### Exercise prompt
Beginning with the line below that contains "fillet(fillet_2_edges, radius=FILLET_2_R)" and ending with the line that contains "# 草图7 → 切除-拉伸2 (cut)", copy every line exactly. Copy nothing else.

BEGIN Data extract

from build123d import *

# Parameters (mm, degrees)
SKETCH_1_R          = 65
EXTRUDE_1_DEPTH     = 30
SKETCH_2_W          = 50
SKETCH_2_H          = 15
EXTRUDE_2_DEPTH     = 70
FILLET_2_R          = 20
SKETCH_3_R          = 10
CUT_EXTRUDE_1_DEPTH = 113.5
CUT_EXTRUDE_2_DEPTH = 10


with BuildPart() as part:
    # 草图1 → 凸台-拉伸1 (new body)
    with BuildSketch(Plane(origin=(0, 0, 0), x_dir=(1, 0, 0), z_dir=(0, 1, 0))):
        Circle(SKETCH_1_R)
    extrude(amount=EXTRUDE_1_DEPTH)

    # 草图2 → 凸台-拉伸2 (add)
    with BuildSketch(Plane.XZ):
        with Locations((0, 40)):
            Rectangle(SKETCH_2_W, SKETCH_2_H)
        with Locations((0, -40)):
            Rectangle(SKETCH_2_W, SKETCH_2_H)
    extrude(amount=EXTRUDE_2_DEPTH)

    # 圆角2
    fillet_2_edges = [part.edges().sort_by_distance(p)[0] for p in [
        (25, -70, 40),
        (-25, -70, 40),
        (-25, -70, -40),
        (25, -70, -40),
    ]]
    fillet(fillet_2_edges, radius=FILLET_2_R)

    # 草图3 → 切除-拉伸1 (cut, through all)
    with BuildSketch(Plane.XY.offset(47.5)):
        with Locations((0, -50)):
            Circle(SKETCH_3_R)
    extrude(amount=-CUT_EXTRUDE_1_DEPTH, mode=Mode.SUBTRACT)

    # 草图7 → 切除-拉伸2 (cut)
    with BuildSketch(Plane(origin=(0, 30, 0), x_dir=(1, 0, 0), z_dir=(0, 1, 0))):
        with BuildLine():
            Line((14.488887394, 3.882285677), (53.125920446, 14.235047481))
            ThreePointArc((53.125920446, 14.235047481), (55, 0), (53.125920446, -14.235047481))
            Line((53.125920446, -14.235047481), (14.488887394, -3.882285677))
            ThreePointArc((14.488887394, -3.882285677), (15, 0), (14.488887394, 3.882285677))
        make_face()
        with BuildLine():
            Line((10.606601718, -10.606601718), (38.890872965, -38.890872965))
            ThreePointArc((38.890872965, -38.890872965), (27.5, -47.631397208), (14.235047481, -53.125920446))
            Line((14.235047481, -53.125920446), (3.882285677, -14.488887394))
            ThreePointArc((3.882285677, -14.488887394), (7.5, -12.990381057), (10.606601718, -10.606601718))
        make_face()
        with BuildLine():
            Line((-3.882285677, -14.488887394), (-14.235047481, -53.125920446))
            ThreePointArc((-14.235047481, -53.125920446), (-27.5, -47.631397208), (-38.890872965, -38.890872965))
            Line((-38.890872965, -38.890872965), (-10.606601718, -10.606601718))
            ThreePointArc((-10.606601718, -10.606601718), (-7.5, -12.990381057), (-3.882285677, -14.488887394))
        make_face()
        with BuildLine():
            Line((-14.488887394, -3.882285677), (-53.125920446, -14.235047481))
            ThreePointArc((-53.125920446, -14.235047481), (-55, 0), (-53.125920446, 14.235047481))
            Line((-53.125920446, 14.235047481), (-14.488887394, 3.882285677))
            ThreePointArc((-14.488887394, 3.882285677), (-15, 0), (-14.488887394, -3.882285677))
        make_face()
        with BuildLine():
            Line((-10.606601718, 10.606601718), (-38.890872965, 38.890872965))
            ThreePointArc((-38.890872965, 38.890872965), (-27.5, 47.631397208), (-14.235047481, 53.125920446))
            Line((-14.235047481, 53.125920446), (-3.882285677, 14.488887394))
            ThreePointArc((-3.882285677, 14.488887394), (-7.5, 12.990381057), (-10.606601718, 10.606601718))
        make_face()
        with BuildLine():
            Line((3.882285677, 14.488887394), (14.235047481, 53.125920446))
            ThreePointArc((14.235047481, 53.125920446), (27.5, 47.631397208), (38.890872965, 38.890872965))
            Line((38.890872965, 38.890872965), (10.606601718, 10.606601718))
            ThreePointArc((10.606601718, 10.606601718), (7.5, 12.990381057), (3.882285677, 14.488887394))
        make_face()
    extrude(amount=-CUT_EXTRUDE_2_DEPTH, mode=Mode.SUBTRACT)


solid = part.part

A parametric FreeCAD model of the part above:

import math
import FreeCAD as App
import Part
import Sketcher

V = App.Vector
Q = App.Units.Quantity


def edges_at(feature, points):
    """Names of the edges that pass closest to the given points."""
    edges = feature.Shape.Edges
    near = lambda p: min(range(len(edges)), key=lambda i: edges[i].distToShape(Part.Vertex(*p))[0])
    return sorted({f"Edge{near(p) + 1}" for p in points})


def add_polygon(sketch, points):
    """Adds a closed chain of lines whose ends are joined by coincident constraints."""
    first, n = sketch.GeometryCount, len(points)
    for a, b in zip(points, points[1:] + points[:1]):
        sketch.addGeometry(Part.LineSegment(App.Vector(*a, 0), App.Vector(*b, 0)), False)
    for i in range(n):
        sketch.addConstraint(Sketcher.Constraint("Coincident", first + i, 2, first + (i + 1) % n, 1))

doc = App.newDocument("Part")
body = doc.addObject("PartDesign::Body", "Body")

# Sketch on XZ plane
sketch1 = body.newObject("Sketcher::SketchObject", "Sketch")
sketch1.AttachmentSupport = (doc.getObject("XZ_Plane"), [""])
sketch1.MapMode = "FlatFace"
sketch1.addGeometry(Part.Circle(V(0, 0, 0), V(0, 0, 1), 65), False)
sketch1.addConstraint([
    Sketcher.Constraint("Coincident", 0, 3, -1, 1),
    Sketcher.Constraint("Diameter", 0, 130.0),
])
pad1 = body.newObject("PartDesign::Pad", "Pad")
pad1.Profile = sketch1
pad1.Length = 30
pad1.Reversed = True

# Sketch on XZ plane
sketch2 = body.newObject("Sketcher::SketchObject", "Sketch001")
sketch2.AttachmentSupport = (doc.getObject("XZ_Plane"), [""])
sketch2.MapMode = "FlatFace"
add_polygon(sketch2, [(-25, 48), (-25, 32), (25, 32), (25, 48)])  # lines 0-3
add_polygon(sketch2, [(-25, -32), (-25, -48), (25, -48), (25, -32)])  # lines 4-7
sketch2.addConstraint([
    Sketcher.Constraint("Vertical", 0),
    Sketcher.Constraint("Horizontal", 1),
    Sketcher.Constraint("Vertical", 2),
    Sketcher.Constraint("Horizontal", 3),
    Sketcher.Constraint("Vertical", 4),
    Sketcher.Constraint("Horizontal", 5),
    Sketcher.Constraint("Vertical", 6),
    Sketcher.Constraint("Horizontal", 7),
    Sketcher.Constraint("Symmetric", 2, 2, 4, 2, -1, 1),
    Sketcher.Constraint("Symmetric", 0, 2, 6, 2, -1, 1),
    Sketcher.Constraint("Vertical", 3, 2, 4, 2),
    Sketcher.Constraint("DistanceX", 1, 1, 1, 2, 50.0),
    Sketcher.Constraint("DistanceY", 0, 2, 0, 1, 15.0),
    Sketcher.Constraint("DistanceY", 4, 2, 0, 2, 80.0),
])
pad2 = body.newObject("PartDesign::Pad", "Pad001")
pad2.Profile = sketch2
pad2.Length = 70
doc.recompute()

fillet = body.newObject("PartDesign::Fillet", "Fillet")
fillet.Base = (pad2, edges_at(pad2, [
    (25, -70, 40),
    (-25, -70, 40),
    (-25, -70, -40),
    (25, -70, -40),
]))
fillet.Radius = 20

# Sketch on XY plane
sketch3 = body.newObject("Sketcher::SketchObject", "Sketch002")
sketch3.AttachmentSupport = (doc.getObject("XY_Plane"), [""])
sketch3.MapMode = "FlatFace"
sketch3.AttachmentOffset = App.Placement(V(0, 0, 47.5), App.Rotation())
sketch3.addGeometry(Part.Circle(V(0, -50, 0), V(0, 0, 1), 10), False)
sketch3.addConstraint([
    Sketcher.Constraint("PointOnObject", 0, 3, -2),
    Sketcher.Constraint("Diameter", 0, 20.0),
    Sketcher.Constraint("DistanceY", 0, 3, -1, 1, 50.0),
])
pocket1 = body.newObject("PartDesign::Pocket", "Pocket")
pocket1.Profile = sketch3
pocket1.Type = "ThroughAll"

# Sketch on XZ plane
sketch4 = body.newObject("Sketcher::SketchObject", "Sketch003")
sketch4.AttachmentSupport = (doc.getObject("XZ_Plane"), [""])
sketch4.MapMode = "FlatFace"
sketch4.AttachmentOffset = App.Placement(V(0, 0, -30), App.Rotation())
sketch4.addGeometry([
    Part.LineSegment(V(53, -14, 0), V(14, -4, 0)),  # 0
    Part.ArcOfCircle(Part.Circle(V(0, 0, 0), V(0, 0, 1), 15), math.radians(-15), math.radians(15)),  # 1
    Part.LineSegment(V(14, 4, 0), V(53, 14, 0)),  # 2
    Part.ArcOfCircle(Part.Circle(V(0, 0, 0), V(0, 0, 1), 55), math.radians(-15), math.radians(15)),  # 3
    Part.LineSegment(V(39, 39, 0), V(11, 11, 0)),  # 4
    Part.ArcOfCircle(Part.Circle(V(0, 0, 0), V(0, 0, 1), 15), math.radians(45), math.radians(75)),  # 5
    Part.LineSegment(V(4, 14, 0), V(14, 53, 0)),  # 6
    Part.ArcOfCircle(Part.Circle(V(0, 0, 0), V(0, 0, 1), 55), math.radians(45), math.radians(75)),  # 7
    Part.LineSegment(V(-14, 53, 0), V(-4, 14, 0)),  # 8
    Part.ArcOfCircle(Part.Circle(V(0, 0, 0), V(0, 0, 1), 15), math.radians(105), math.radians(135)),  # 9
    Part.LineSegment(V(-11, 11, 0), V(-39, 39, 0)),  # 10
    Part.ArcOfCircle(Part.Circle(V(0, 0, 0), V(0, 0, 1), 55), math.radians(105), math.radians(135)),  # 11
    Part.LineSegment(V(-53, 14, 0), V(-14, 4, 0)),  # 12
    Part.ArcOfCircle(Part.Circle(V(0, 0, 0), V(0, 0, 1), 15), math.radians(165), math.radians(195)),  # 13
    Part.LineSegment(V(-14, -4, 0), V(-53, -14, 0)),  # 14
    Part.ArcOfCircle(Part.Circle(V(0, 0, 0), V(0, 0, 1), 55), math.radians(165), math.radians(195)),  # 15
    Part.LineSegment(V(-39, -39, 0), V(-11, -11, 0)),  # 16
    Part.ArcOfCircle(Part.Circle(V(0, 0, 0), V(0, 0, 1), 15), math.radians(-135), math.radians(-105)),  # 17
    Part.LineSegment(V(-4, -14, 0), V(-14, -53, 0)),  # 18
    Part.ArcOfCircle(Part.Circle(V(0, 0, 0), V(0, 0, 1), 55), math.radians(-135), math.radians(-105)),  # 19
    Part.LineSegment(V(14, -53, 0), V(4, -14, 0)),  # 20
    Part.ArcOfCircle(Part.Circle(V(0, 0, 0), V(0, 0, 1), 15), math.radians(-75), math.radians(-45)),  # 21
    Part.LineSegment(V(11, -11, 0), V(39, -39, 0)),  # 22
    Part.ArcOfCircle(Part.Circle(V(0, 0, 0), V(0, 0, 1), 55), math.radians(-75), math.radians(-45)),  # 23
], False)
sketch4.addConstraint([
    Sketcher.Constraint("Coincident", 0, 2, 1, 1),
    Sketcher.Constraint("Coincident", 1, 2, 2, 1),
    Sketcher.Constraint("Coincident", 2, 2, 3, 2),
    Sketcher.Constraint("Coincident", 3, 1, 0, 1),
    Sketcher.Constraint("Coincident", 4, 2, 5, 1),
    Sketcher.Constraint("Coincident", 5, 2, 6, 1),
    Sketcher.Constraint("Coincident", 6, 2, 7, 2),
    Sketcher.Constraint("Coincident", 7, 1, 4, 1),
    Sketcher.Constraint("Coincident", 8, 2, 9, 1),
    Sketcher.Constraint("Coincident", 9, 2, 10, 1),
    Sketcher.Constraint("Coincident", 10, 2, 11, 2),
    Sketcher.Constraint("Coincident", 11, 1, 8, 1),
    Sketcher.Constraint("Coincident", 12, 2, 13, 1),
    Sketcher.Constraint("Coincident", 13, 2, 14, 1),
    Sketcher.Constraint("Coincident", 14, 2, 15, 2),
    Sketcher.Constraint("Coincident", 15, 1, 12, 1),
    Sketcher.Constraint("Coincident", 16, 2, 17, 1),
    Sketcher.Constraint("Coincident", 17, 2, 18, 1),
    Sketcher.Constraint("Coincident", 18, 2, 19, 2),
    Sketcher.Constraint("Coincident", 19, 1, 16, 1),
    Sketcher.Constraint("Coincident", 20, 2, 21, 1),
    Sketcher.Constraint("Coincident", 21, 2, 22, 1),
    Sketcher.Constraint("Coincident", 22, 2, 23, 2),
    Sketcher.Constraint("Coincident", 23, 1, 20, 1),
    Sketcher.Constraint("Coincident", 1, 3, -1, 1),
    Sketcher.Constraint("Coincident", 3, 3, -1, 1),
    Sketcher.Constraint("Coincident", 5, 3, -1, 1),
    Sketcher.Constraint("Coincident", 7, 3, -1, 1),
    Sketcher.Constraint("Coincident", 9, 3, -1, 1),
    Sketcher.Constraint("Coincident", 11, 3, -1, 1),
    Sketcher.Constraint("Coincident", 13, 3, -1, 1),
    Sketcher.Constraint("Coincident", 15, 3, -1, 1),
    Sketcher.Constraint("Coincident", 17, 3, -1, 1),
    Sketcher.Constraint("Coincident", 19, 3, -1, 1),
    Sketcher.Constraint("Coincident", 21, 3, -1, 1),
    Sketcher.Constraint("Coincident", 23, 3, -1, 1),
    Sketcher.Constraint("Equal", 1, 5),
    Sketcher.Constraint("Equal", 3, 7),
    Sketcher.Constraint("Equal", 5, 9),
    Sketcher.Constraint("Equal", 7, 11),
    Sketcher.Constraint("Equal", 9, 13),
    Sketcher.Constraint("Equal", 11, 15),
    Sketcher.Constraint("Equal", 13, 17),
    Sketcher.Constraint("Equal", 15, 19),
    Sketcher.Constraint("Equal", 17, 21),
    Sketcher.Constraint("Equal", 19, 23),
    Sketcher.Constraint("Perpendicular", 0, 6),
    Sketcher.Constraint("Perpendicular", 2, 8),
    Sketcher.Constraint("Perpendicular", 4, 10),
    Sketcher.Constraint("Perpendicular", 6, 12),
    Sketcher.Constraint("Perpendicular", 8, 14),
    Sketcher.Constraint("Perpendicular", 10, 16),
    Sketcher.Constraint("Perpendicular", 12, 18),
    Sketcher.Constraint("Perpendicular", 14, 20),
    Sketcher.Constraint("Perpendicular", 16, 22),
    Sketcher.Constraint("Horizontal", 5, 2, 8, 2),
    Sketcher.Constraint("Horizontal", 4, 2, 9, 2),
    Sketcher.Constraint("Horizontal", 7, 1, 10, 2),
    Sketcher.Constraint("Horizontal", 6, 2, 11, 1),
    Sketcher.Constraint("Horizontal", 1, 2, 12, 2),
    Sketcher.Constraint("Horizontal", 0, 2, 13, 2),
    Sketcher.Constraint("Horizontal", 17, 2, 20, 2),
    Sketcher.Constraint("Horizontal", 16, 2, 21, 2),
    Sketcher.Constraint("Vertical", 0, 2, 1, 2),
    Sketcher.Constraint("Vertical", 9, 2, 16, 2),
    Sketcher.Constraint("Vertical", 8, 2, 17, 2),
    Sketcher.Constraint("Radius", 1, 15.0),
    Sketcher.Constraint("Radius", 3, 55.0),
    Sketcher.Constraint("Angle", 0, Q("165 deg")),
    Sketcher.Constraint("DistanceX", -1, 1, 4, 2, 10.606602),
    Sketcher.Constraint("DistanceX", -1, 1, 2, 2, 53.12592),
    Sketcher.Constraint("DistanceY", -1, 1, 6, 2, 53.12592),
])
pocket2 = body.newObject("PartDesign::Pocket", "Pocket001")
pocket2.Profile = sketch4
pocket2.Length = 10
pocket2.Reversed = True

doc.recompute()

END Data extract

### Your response
    fillet(fillet_2_edges, radius=FILLET_2_R)

    # 草图3 → 切除-拉伸1 (cut, through all)
    with BuildSketch(Plane.XY.offset(47.5)):
        with Locations((0, -50)):
            Circle(SKETCH_3_R)
    extrude(amount=-CUT_EXTRUDE_1_DEPTH, mode=Mode.SUBTRACT)

    # 草图7 → 切除-拉伸2 (cut)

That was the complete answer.